§ **What you should do**: Given the material below, output exactly the lines from the line with "v24 (240,-203,400)" to the line with "e38 v27 v26 LINE", both ends included, and no other lines.

═══

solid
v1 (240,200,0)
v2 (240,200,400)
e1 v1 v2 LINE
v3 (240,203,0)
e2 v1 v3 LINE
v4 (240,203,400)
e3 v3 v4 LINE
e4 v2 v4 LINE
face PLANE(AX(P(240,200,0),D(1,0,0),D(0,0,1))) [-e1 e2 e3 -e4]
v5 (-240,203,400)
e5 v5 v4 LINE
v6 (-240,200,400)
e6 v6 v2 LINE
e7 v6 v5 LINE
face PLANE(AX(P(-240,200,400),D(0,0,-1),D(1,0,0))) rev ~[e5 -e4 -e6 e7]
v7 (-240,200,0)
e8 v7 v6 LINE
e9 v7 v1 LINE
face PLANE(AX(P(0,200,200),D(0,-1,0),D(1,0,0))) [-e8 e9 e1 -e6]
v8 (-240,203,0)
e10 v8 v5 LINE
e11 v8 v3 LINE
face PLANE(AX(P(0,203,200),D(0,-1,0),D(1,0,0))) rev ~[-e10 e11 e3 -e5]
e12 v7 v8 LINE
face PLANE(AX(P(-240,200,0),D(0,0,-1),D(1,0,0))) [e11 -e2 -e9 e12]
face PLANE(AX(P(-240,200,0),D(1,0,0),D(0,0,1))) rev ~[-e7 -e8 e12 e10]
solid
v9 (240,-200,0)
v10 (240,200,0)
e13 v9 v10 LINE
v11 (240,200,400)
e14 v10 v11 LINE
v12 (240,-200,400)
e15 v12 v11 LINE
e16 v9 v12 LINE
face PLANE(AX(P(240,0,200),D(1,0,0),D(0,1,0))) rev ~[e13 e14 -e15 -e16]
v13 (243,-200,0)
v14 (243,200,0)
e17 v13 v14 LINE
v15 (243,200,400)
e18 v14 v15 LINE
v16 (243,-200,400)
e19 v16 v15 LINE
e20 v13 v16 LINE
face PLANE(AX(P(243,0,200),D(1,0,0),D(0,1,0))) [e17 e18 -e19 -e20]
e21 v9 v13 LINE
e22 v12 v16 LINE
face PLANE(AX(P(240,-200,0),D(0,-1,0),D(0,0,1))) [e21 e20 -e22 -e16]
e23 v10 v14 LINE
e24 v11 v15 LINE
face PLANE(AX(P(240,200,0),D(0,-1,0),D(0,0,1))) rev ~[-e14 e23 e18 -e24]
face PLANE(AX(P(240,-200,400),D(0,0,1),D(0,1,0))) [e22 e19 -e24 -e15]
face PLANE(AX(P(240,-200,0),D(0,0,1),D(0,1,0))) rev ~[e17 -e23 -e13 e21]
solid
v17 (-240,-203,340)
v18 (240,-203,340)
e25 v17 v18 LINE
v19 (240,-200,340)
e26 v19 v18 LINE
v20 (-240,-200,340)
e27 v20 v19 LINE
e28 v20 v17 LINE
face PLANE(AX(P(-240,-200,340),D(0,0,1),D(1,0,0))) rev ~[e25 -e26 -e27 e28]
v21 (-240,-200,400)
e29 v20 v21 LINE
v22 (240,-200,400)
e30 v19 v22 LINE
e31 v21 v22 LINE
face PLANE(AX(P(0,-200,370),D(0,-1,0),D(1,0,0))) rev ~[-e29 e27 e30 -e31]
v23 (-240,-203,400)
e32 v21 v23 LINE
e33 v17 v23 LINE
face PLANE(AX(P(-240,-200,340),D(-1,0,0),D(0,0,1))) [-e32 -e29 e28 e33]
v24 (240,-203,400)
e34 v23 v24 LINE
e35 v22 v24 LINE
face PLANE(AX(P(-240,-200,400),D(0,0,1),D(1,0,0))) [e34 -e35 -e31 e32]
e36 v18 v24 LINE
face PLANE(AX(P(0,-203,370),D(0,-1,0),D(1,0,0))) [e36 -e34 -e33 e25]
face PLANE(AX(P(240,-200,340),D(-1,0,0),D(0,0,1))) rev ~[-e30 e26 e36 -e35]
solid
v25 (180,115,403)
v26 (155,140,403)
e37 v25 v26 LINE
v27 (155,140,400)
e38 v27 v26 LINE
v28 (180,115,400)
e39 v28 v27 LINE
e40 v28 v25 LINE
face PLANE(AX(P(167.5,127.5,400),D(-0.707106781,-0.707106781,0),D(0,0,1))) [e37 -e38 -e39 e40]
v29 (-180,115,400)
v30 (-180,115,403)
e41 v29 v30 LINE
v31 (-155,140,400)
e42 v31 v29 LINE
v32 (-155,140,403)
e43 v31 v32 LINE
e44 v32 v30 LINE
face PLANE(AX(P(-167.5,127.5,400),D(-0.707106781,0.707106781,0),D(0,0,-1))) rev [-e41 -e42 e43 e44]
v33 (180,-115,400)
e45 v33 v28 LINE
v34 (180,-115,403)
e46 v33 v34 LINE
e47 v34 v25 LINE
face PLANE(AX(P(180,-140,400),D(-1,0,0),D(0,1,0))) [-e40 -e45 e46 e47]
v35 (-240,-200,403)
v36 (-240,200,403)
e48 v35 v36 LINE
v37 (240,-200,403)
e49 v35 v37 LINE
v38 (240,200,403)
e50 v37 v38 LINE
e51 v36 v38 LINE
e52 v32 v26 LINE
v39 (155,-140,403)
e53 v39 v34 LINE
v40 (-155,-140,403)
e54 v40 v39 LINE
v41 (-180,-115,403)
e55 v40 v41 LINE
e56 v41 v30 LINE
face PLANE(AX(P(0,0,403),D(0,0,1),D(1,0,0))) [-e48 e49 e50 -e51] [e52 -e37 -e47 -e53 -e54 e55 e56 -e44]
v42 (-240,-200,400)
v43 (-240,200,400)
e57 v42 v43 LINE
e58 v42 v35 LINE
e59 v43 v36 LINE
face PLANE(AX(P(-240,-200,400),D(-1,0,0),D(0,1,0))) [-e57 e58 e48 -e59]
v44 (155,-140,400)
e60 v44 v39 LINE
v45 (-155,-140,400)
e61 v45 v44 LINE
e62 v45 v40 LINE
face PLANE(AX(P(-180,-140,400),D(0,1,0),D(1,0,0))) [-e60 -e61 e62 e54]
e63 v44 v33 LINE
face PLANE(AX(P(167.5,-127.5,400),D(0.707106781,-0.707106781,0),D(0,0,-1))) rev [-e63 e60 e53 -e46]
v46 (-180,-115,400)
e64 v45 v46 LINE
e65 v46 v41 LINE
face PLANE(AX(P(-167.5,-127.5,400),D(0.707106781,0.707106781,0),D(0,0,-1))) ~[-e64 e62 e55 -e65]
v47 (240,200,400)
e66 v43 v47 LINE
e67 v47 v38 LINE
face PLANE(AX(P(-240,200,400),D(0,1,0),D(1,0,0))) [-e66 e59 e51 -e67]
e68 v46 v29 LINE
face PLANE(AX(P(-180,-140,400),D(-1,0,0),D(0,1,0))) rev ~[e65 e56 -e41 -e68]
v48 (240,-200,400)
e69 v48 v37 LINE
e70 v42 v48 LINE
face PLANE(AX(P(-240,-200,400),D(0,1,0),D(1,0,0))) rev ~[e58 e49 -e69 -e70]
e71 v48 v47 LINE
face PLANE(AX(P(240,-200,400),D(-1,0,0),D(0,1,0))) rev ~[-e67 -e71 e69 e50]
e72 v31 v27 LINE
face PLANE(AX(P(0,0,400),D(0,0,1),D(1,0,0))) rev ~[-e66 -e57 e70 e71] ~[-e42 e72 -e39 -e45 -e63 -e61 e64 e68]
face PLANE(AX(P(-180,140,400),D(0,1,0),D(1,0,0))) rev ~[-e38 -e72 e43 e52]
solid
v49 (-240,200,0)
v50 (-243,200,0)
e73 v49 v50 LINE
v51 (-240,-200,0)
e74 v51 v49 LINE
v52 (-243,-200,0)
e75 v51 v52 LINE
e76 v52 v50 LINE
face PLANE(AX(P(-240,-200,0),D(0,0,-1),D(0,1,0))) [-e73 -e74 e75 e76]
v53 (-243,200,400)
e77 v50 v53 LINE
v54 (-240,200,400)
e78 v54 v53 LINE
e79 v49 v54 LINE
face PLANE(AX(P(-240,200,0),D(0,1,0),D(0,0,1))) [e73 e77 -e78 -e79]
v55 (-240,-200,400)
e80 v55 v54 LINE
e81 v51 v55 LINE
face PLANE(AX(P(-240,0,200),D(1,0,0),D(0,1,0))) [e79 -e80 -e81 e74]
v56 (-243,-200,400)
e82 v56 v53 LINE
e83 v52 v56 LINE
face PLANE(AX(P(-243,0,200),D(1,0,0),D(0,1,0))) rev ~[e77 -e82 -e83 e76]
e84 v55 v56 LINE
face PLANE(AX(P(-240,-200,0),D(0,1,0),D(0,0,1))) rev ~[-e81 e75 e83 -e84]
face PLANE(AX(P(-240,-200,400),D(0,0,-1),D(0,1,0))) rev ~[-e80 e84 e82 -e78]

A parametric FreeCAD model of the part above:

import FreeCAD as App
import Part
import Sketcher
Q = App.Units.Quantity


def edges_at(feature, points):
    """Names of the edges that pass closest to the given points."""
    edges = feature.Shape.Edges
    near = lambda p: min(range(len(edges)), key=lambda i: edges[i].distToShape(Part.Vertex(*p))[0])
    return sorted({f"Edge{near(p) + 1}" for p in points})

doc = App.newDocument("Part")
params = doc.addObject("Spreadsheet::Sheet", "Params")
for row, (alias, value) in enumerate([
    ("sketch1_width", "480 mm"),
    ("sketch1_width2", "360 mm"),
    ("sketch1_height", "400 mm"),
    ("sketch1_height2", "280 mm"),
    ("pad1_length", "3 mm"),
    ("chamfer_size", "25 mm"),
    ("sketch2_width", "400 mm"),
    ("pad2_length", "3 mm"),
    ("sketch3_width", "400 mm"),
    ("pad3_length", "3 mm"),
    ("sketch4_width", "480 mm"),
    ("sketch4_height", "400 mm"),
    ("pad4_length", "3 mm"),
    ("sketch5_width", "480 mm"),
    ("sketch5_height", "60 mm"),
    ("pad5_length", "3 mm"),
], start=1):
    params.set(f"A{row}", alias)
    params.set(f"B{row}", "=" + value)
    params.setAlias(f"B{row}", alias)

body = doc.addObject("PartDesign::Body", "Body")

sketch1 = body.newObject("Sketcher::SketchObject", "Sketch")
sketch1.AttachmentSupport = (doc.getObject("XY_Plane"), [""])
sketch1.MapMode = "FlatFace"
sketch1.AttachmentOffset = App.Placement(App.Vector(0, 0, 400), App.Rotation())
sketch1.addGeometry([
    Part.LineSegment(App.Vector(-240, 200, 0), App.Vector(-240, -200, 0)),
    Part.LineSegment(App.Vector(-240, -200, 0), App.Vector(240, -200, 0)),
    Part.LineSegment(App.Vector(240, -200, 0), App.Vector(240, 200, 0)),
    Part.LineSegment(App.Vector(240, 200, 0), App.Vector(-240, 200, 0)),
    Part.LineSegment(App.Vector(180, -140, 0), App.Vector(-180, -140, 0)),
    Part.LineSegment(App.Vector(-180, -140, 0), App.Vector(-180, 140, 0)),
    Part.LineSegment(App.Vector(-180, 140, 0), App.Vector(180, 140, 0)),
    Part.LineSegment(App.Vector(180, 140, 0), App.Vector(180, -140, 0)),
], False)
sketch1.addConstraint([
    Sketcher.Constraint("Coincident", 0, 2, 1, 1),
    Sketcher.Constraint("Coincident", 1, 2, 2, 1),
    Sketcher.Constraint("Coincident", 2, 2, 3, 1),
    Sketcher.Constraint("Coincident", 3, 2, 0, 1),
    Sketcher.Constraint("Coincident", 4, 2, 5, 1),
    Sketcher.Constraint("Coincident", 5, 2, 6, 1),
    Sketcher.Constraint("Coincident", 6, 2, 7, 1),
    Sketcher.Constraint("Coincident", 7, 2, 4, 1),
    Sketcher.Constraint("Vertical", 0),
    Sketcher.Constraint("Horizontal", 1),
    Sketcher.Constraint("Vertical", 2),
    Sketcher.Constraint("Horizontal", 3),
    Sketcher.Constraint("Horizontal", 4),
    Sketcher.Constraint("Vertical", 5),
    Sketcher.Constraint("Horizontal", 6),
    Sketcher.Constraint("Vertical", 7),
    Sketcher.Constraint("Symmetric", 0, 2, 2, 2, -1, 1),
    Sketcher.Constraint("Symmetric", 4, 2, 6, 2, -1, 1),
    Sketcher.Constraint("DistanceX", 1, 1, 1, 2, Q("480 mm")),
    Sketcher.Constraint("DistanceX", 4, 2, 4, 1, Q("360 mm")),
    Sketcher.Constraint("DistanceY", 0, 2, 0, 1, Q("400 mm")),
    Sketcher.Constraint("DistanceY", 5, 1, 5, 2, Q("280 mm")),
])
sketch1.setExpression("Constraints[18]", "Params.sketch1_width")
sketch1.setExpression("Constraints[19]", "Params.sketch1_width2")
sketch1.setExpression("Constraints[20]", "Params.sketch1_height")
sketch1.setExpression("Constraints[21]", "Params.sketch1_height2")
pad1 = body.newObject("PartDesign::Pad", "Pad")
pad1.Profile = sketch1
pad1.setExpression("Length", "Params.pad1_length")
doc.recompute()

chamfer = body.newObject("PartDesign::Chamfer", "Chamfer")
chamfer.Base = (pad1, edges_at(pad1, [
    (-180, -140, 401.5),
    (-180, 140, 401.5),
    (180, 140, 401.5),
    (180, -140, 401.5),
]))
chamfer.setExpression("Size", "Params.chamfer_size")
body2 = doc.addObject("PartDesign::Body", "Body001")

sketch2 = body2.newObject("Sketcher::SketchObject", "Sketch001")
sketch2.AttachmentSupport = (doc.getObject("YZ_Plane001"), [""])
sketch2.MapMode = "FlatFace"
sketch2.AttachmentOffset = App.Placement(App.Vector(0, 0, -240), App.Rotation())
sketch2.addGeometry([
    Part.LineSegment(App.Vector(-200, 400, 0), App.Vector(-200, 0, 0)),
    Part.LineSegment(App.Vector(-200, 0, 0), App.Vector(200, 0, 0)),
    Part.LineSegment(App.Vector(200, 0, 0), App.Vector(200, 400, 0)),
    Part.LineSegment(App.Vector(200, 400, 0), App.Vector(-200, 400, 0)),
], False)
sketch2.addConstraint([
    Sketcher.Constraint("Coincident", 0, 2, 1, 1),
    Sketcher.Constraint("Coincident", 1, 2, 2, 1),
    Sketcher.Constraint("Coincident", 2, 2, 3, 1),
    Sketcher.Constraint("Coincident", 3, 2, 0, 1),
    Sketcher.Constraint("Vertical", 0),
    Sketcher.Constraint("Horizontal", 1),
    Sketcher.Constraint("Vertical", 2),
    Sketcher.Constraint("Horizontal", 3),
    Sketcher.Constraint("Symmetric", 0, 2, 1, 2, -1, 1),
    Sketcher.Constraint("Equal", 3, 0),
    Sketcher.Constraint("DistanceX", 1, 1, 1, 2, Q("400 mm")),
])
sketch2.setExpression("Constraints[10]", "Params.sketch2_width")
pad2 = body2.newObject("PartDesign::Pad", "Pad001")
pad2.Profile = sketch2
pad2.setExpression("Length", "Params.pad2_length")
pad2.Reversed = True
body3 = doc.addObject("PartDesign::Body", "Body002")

═══

§ **Response**:
v24 (240,-203,400)
e34 v23 v24 LINE
e35 v22 v24 LINE
face PLANE(AX(P(-240,-200,400),D(0,0,1),D(1,0,0))) [e34 -e35 -e31 e32]
e36 v18 v24 LINE
face PLANE(AX(P(0,-203,370),D(0,-1,0),D(1,0,0))) [e36 -e34 -e33 e25]
face PLANE(AX(P(240,-200,340),D(-1,0,0),D(0,0,1))) rev ~[-e30 e26 e36 -e35]
solid
v25 (180,115,403)
v26 (155,140,403)
e37 v25 v26 LINE
v27 (155,140,400)
e38 v27 v26 LINE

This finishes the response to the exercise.